Correlation Between Wah Lee and Amazing Microelectronic
Can any of the company-specific risk be diversified away by investing in both Wah Lee and Amazing Microelectronic at the same time? Although using a correlation coefficient on its own may not help to predict future stock returns, this module helps to understand the diversifiable risk of combining Wah Lee and Amazing Microelectronic into the same portfolio, which is an essential part of the fundamental portfolio management process.
By analyzing existing cross correlation between Wah Lee Industrial and Amazing Microelectronic, you can compare the effects of market volatilities on Wah Lee and Amazing Microelectronic and check how they will diversify away market risk if combined in the same portfolio for a given time horizon. You can also utilize pair trading strategies of matching a long position in Wah Lee with a short position of Amazing Microelectronic. Check out your portfolio center. Please also check ongoing floating volatility patterns of Wah Lee and Amazing Microelectronic.
Diversification Opportunities for Wah Lee and Amazing Microelectronic
0.83 | Correlation Coefficient |
Very poor diversification
The 3 months correlation between Wah and Amazing is 0.83. Overlapping area represents the amount of risk that can be diversified away by holding Wah Lee Industrial and Amazing Microelectronic in the same portfolio, assuming nothing else is changed. The correlation between historical prices or returns on Amazing Microelectronic and Wah Lee is a relative statistical measure of the degree to which these equity instruments tend to move together. The correlation coefficient measures the extent to which returns on Wah Lee Industrial are associated (or correlated) with Amazing Microelectronic. Values of the correlation coefficient range from -1 to +1, where. The correlation of zero (0) is possible when the price movement of Amazing Microelectronic has no effect on the direction of Wah Lee i.e., Wah Lee and Amazing Microelectronic go up and down completely randomly.
Pair Corralation between Wah Lee and Amazing Microelectronic
Assuming the 90 days trading horizon Wah Lee Industrial is expected to under-perform the Amazing Microelectronic. But the stock apears to be less risky and, when comparing its historical volatility, Wah Lee Industrial is 1.2 times less risky than Amazing Microelectronic. The stock trades about -0.29 of its potential returns per unit of risk. The Amazing Microelectronic is currently generating about -0.08 of returns per unit of risk over similar time horizon. If you would invest 8,620 in Amazing Microelectronic on December 29, 2024 and sell it today you would lose (610.00) from holding Amazing Microelectronic or give up 7.08% of portfolio value over 90 days.

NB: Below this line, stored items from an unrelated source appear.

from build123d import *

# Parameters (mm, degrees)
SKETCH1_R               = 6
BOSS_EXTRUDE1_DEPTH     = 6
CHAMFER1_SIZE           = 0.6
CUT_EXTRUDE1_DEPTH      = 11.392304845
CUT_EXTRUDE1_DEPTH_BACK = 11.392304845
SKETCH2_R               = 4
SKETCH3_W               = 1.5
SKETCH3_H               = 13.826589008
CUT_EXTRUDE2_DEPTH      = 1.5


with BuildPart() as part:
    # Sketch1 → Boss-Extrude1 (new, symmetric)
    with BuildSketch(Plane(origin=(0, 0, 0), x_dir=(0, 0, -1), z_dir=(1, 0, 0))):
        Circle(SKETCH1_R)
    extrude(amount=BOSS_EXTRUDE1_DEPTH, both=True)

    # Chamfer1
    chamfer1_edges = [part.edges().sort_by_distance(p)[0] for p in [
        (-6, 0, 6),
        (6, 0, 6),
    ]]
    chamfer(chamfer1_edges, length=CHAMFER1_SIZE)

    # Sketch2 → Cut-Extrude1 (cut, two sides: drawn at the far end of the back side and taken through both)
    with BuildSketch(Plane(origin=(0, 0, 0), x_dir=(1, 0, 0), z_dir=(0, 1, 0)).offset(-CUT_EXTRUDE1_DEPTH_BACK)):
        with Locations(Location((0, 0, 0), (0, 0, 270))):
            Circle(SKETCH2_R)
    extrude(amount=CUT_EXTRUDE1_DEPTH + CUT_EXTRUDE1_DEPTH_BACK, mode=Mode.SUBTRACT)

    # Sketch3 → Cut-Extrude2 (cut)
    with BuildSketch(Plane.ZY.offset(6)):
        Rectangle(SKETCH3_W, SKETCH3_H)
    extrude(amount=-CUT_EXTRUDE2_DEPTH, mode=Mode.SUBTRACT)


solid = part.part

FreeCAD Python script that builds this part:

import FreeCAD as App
import Part
import Sketcher
from FreeCAD import Vector
Q = App.Units.Quantity


def edges_at(feature, points):
    """Names of the edges that pass closest to the given points."""
    edges = feature.Shape.Edges
    near = lambda p: min(range(len(edges)), key=lambda i: edges[i].distToShape(Part.Vertex(*p))[0])
    return sorted({f"Edge{near(p) + 1}" for p in points})

doc = App.newDocument("Part")
body = doc.addObject("PartDesign::Body", "Body")

# Sketch on YZ plane
sketch1 = body.newObject("Sketcher::SketchObject", "Sketch")
sketch1.AttachmentSupport = (doc.getObject("YZ_Plane"), [""])
sketch1.MapMode = "FlatFace"
sketch1.addGeometry(Part.Circle(Vector(0, 0, 0), Vector(0, 0, 1), 6), False)
sketch1.addConstraint(Sketcher.Constraint("Coincident", 0, 3, -1, 1))
sketch1.addConstraint(Sketcher.Constraint("Diameter", 0, Q("12 mm")))
pad1 = body.newObject("PartDesign::Pad", "Pad")
pad1.Profile = sketch1
pad1.Length = 12
pad1.Midplane = True
doc.recompute()

chamfer = body.newObject("PartDesign::Chamfer", "Chamfer")
chamfer.Base = (pad1, edges_at(pad1, [(-6, 0, 6), (6, 0, 6)]))
chamfer.Size = 0.6

# Sketch on XZ plane
sketch2 = body.newObject("Sketcher::SketchObject", "Sketch001")
sketch2.AttachmentSupport = (doc.getObject("XZ_Plane"), [""])
sketch2.MapMode = "FlatFace"
sketch2.addGeometry(Part.Circle(Vector(0, 0, 0), Vector(0, 0, 1), 4), False)
sketch2.addConstraint(Sketcher.Constraint("Coincident", 0, 3, -1, 1))
sketch2.addConstraint(Sketcher.Constraint("Diameter", 0, Q("8 mm")))
pocket1 = body.newObject("PartDesign::Pocket", "Pocket")
pocket1.Profile = sketch2
pocket1.Type = "ThroughAll"
pocket1.Midplane = True

# Sketch on YZ plane
sketch3 = body.newObject("Sketcher::SketchObject", "Sketch002")
sketch3.AttachmentSupport = (doc.getObject("YZ_Plane"), [""])
sketch3.MapMode = "FlatFace"
sketch3.AttachmentOffset = App.Placement(Vector(0, 0, -6), App.Rotation())
sketch3.addGeometry(Part.LineSegment(Vector(6.913295, -0.75, 0), Vector(-6.913295, -0.75, 0)), False)
sketch3.addGeometry(Part.LineSegment(Vector(-6.913295, -0.75, 0), Vector(-6.913295, 0.75, 0)), False)
sketch3.addGeometry(Part.LineSegment(Vector(-6.913295, 0.75, 0), Vector(6.913295, 0.75, 0)), False)
sketch3.addGeometry(Part.LineSegment(Vector(6.913295, 0.75, 0), Vector(6.913295, -0.75, 0)), False)
sketch3.addConstraint(Sketcher.Constraint("Coincident", 0, 2, 1, 1))
sketch3.addConstraint(Sketcher.Constraint("Coincident", 1, 2, 2, 1))
sketch3.addConstraint(Sketcher.Constraint("Coincident", 2, 2, 3, 1))
sketch3.addConstraint(Sketcher.Constraint("Coincident", 3, 2, 0, 1))
sketch3.addConstraint(Sketcher.Constraint("Horizontal", 0))
sketch3.addConstraint(Sketcher.Constraint("Vertical", 1))
sketch3.addConstraint(Sketcher.Constraint("Horizontal", 2))
sketch3.addConstraint(Sketcher.Constraint("Vertical", 3))
sketch3.addConstraint(Sketcher.Constraint("Symmetric", 0, 2, 2, 2, -1, 1))
sketch3.addConstraint(Sketcher.Constraint("DistanceY", 1, 1, 1, 2, Q("1.5 mm")))
sketch3.addConstraint(Sketcher.Constraint("DistanceX", 0, 2, 0, 1, Q("13.826589 mm")))
pocket2 = body.newObject("PartDesign::Pocket", "Pocket001")
pocket2.Profile = sketch3
pocket2.Length = 1.5
pocket2.Reversed = True

doc.recompute()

Time Period | 3 Months [change] |
Direction | Moves Together |
Strength | Strong |
Accuracy | 100.0% |
Values | Daily Returns |
Wah Lee Industrial vs. Amazing Microelectronic
Performance |
Timeline |
Wah Lee Industrial |
Amazing Microelectronic |
Wah Lee and Amazing Microelectronic Volatility Contrast
Predicted Return Density |
Returns |
Pair Trading with Wah Lee and Amazing Microelectronic
The main advantage of trading using opposite Wah Lee and Amazing Microelectronic positions is that it hedges away some unsystematic risk. Because of two separate transactions, even if Wah Lee position performs unexpectedly, Amazing Microelectronic can make up some of the losses. Pair trading also minimizes risk from directional movements in the market. For example, if an entire industry or sector drops because of unexpected headlines, the short position in Amazing Microelectronic will offset losses from the drop in Amazing Microelectronic's long position.Wah Lee vs. Copartner Technology Corp | Wah Lee vs. Powertech Industrial Co | Wah Lee vs. Golden Bridge Electech | Wah Lee vs. Well Shin Technology |
Amazing Microelectronic vs. BenQ Medical Technology | Amazing Microelectronic vs. Dimerco Data System | Amazing Microelectronic vs. Cowealth Medical Holding | Amazing Microelectronic vs. Gigastorage Corp |
Check out your portfolio center.Note that this page's information should be used as a complementary analysis to find the right mix of equity instruments to add to your existing portfolios or create a brand new portfolio. You can also try the Crypto Correlations module to use cryptocurrency correlation module to diversify your cryptocurrency portfolio across multiple coins.